- **The data**:

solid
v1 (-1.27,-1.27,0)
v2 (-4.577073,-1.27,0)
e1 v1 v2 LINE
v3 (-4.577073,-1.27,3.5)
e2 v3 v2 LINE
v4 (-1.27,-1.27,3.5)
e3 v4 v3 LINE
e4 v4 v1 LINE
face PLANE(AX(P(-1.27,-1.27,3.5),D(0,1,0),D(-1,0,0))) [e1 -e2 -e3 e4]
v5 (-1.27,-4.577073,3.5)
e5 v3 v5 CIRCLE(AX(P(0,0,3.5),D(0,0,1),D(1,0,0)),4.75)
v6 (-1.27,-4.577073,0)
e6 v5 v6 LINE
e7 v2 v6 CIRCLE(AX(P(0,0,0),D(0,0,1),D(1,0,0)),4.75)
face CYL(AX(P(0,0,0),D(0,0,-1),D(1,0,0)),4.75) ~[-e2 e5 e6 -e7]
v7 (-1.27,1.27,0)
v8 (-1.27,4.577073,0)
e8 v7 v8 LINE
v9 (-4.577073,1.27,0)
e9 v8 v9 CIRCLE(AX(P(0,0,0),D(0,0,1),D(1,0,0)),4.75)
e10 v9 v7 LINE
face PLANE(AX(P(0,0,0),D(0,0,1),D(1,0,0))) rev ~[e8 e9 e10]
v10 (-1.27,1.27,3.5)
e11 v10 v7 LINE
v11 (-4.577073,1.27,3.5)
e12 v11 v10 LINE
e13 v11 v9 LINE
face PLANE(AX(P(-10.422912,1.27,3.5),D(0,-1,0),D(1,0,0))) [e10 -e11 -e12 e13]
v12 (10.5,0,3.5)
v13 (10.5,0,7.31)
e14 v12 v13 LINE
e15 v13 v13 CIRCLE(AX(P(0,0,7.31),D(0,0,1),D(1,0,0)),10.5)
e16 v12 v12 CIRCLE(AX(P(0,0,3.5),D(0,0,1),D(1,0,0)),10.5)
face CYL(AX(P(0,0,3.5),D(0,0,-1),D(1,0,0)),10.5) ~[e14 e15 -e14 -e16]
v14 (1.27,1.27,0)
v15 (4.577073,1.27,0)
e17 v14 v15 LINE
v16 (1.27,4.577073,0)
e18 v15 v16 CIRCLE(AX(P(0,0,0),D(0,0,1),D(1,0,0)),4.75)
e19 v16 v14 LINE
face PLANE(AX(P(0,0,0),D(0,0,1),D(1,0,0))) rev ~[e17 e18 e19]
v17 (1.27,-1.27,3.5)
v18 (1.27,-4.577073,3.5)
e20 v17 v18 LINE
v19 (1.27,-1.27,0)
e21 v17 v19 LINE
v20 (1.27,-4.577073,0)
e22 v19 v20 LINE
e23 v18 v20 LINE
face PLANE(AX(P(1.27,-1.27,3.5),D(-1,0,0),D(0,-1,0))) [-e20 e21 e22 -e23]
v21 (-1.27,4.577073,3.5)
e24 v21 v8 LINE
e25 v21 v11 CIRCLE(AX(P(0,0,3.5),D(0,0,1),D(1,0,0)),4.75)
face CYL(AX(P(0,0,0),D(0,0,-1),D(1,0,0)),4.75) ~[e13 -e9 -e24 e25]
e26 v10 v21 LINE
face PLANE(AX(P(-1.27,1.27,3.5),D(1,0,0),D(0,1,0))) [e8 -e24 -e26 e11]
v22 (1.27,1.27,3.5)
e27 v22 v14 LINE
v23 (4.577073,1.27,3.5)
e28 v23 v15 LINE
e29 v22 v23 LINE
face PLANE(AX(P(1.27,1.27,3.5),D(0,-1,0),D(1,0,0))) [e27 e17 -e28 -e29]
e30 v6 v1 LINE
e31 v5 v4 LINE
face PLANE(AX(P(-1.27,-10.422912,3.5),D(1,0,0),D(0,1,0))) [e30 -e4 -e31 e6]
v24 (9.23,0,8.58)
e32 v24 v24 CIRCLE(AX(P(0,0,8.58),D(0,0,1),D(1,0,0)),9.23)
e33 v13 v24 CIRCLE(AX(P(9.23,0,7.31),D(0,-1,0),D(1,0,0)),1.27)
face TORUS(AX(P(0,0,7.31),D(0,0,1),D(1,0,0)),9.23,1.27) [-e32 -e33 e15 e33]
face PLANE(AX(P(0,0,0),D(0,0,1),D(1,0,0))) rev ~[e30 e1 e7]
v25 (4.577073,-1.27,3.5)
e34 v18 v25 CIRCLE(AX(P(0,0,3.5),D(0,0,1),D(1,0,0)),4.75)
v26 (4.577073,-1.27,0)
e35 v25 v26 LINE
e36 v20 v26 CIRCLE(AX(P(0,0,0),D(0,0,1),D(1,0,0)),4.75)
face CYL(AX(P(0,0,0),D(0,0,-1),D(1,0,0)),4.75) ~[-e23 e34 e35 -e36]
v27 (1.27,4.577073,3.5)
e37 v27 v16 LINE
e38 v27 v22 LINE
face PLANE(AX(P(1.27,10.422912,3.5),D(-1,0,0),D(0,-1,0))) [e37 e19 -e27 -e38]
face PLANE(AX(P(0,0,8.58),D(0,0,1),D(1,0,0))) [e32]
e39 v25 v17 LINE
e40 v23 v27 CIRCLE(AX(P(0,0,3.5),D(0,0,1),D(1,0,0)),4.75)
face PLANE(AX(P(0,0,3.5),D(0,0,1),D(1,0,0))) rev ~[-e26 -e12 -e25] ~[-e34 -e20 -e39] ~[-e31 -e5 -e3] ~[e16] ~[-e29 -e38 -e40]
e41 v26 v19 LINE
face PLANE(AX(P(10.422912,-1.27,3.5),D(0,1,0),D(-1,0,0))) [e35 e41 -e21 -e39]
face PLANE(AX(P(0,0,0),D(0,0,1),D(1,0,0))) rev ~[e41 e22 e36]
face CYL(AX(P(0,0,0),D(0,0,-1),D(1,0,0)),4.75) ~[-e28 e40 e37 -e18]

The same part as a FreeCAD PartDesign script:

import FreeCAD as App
import Part
import Sketcher

V = App.Vector
Q = App.Units.Quantity


def edges_at(feature, points):
    """Names of the edges that pass closest to the given points."""
    edges = feature.Shape.Edges
    near = lambda p: min(range(len(edges)), key=lambda i: edges[i].distToShape(Part.Vertex(*p))[0])
    return sorted({f"Edge{near(p) + 1}" for p in points})


def add_polygon(sketch, points):
    """Adds a closed chain of lines whose ends are joined by coincident constraints."""
    first, n = sketch.GeometryCount, len(points)
    for a, b in zip(points, points[1:] + points[:1]):
        sketch.addGeometry(Part.LineSegment(App.Vector(*a, 0), App.Vector(*b, 0)), False)
    for i in range(n):
        sketch.addConstraint(Sketcher.Constraint("Coincident", first + i, 2, first + (i + 1) % n, 1))

doc = App.newDocument("Part")
body = doc.addObject("PartDesign::Body", "Body")

sketch1 = body.newObject("Sketcher::SketchObject", "Sketch")
sketch1.AttachmentSupport = (doc.getObject("XY_Plane"), [""])
sketch1.MapMode = "FlatFace"
sketch1.addGeometry(Part.Circle(V(0, 0, 0), V(0, 0, 1), 4.8), False)
sketch1.addConstraint(Sketcher.Constraint("Coincident", 0, 3, -1, 1))
sketch1.addConstraint(Sketcher.Constraint("Diameter", 0, Q("9.5 mm")))
pad1 = body.newObject("PartDesign::Pad", "Pad")
pad1.Profile = sketch1
pad1.Length = 3.5

sketch2 = body.newObject("Sketcher::SketchObject", "Sketch001")
sketch2.AttachmentSupport = (doc.getObject("XY_Plane"), [""])
sketch2.MapMode = "FlatFace"
sketch2.AttachmentOffset = App.Placement(V(0, 0, 3.5), App.Rotation())
sketch2.addGeometry(Part.Circle(V(0, 0, 0), V(0, 0, 1), 10), False)
sketch2.addConstraint(Sketcher.Constraint("Coincident", 0, 3, -1, 1))
sketch2.addConstraint(Sketcher.Constraint("Diameter", 0, Q("21 mm")))
pad2 = body.newObject("PartDesign::Pad", "Pad001")
pad2.Profile = sketch2
pad2.Length = Q("0.2 in")
doc.recompute()

fillet = body.newObject("PartDesign::Fillet", "Fillet")
fillet.Base = (pad2, edges_at(pad2, [(-10.5, 0, 8.58)]))
fillet.Radius = Q("0.05 in")

sketch3 = body.newObject("Sketcher::SketchObject", "Sketch002")
sketch3.AttachmentSupport = (doc.getObject("XY_Plane"), [""])
sketch3.MapMode = "FlatFace"
sketch3.AttachmentOffset = App.Placement(V(0, 0, 3.5), App.Rotation())
add_polygon(sketch3, [(10.4, 1.3), (10.4, -1.3), (1.3, -1.3), (1.3, -10.4), (-1.3, -10.4), (-1.3, -1.3), (-10.4, -1.3), (-10.4, 1.3), (-1.3, 1.3), (-1.3, 10.4), (1.3, 10.4), (1.3, 1.3)])
sketch3.addConstraint(Sketcher.Constraint("Vertical", 0))
sketch3.addConstraint(Sketcher.Constraint("Horizontal", 1))
sketch3.addConstraint(Sketcher.Constraint("Vertical", 2))
sketch3.addConstraint(Sketcher.Constraint("Horizontal", 3))
sketch3.addConstraint(Sketcher.Constraint("Vertical", 4))
sketch3.addConstraint(Sketcher.Constraint("Horizontal", 5))
sketch3.addConstraint(Sketcher.Constraint("Vertical", 6))
sketch3.addConstraint(Sketcher.Constraint("Horizontal", 7))
sketch3.addConstraint(Sketcher.Constraint("Vertical", 8))
sketch3.addConstraint(Sketcher.Constraint("Horizontal", 9))
sketch3.addConstraint(Sketcher.Constraint("Vertical", 10))
sketch3.addConstraint(Sketcher.Constraint("Horizontal", 11))
sketch3.addConstraint(Sketcher.Constraint("Symmetric", 0, 2, 6, 2, -1, 1))
sketch3.addConstraint(Sketcher.Constraint("Symmetric", 2, 2, 8, 2, -1, 1))
sketch3.addConstraint(Sketcher.Constraint("Symmetric", 4, 2, 10, 2, -1, 1))
sketch3.addConstraint(Sketcher.Constraint("Symmetric", 1, 2, 4, 2, -2))
sketch3.addConstraint(Sketcher.Constraint("Equal", 9, 0))
sketch3.addConstraint(Sketcher.Constraint("Equal", 11, 2))
sketch3.addConstraint(Sketcher.Constraint("DistanceX", 3, 2, 3, 1, Q("0.1 in")))
sketch3.addConstraint(Sketcher.Constraint("DistanceX", 1, 2, 1, 1, Q("9.152912 mm")))
pocket1 = body.newObject("PartDesign::Pocket", "Pocket")
pocket1.Profile = sketch3
pocket1.Length = Q("1 in")

doc.recompute()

- **Exercise goal**:
Your response should hold the lines from the first line of the entries above through the line with "e33 v13 v24", each retyped exactly, and nothing else.

- **Answer area**:
solid
v1 (-1.27,-1.27,0)
v2 (-4.577073,-1.27,0)
e1 v1 v2 LINE
v3 (-4.577073,-1.27,3.5)
e2 v3 v2 LINE
v4 (-1.27,-1.27,3.5)
e3 v4 v3 LINE
e4 v4 v1 LINE
face PLANE(AX(P(-1.27,-1.27,3.5),D(0,1,0),D(-1,0,0))) [e1 -e2 -e3 e4]
v5 (-1.27,-4.577073,3.5)
e5 v3 v5 CIRCLE(AX(P(0,0,3.5),D(0,0,1),D(1,0,0)),4.75)
v6 (-1.27,-4.577073,0)
e6 v5 v6 LINE
e7 v2 v6 CIRCLE(AX(P(0,0,0),D(0,0,1),D(1,0,0)),4.75)
face CYL(AX(P(0,0,0),D(0,0,-1),D(1,0,0)),4.75) ~[-e2 e5 e6 -e7]
v7 (-1.27,1.27,0)
v8 (-1.27,4.577073,0)
e8 v7 v8 LINE
v9 (-4.577073,1.27,0)
e9 v8 v9 CIRCLE(AX(P(0,0,0),D(0,0,1),D(1,0,0)),4.75)
e10 v9 v7 LINE
face PLANE(AX(P(0,0,0),D(0,0,1),D(1,0,0))) rev ~[e8 e9 e10]
v10 (-1.27,1.27,3.5)
e11 v10 v7 LINE
v11 (-4.577073,1.27,3.5)
e12 v11 v10 LINE
e13 v11 v9 LINE
face PLANE(AX(P(-10.422912,1.27,3.5),D(0,-1,0),D(1,0,0))) [e10 -e11 -e12 e13]
v12 (10.5,0,3.5)
v13 (10.5,0,7.31)
e14 v12 v13 LINE
e15 v13 v13 CIRCLE(AX(P(0,0,7.31),D(0,0,1),D(1,0,0)),10.5)
e16 v12 v12 CIRCLE(AX(P(0,0,3.5),D(0,0,1),D(1,0,0)),10.5)
face CYL(AX(P(0,0,3.5),D(0,0,-1),D(1,0,0)),10.5) ~[e14 e15 -e14 -e16]
v14 (1.27,1.27,0)
v15 (4.577073,1.27,0)
e17 v14 v15 LINE
v16 (1.27,4.577073,0)
e18 v15 v16 CIRCLE(AX(P(0,0,0),D(0,0,1),D(1,0,0)),4.75)
e19 v16 v14 LINE
face PLANE(AX(P(0,0,0),D(0,0,1),D(1,0,0))) rev ~[e17 e18 e19]
v17 (1.27,-1.27,3.5)
v18 (1.27,-4.577073,3.5)
e20 v17 v18 LINE
v19 (1.27,-1.27,0)
e21 v17 v19 LINE
v20 (1.27,-4.577073,0)
e22 v19 v20 LINE
e23 v18 v20 LINE
face PLANE(AX(P(1.27,-1.27,3.5),D(-1,0,0),D(0,-1,0))) [-e20 e21 e22 -e23]
v21 (-1.27,4.577073,3.5)
e24 v21 v8 LINE
e25 v21 v11 CIRCLE(AX(P(0,0,3.5),D(0,0,1),D(1,0,0)),4.75)
face CYL(AX(P(0,0,0),D(0,0,-1),D(1,0,0)),4.75) ~[e13 -e9 -e24 e25]
e26 v10 v21 LINE
face PLANE(AX(P(-1.27,1.27,3.5),D(1,0,0),D(0,1,0))) [e8 -e24 -e26 e11]
v22 (1.27,1.27,3.5)
e27 v22 v14 LINE
v23 (4.577073,1.27,3.5)
e28 v23 v15 LINE
e29 v22 v23 LINE
face PLANE(AX(P(1.27,1.27,3.5),D(0,-1,0),D(1,0,0))) [e27 e17 -e28 -e29]
e30 v6 v1 LINE
e31 v5 v4 LINE
face PLANE(AX(P(-1.27,-10.422912,3.5),D(1,0,0),D(0,1,0))) [e30 -e4 -e31 e6]
v24 (9.23,0,8.58)
e32 v24 v24 CIRCLE(AX(P(0,0,8.58),D(0,0,1),D(1,0,0)),9.23)
e33 v13 v24 CIRCLE(AX(P(9.23,0,7.31),D(0,-1,0),D(1,0,0)),1.27)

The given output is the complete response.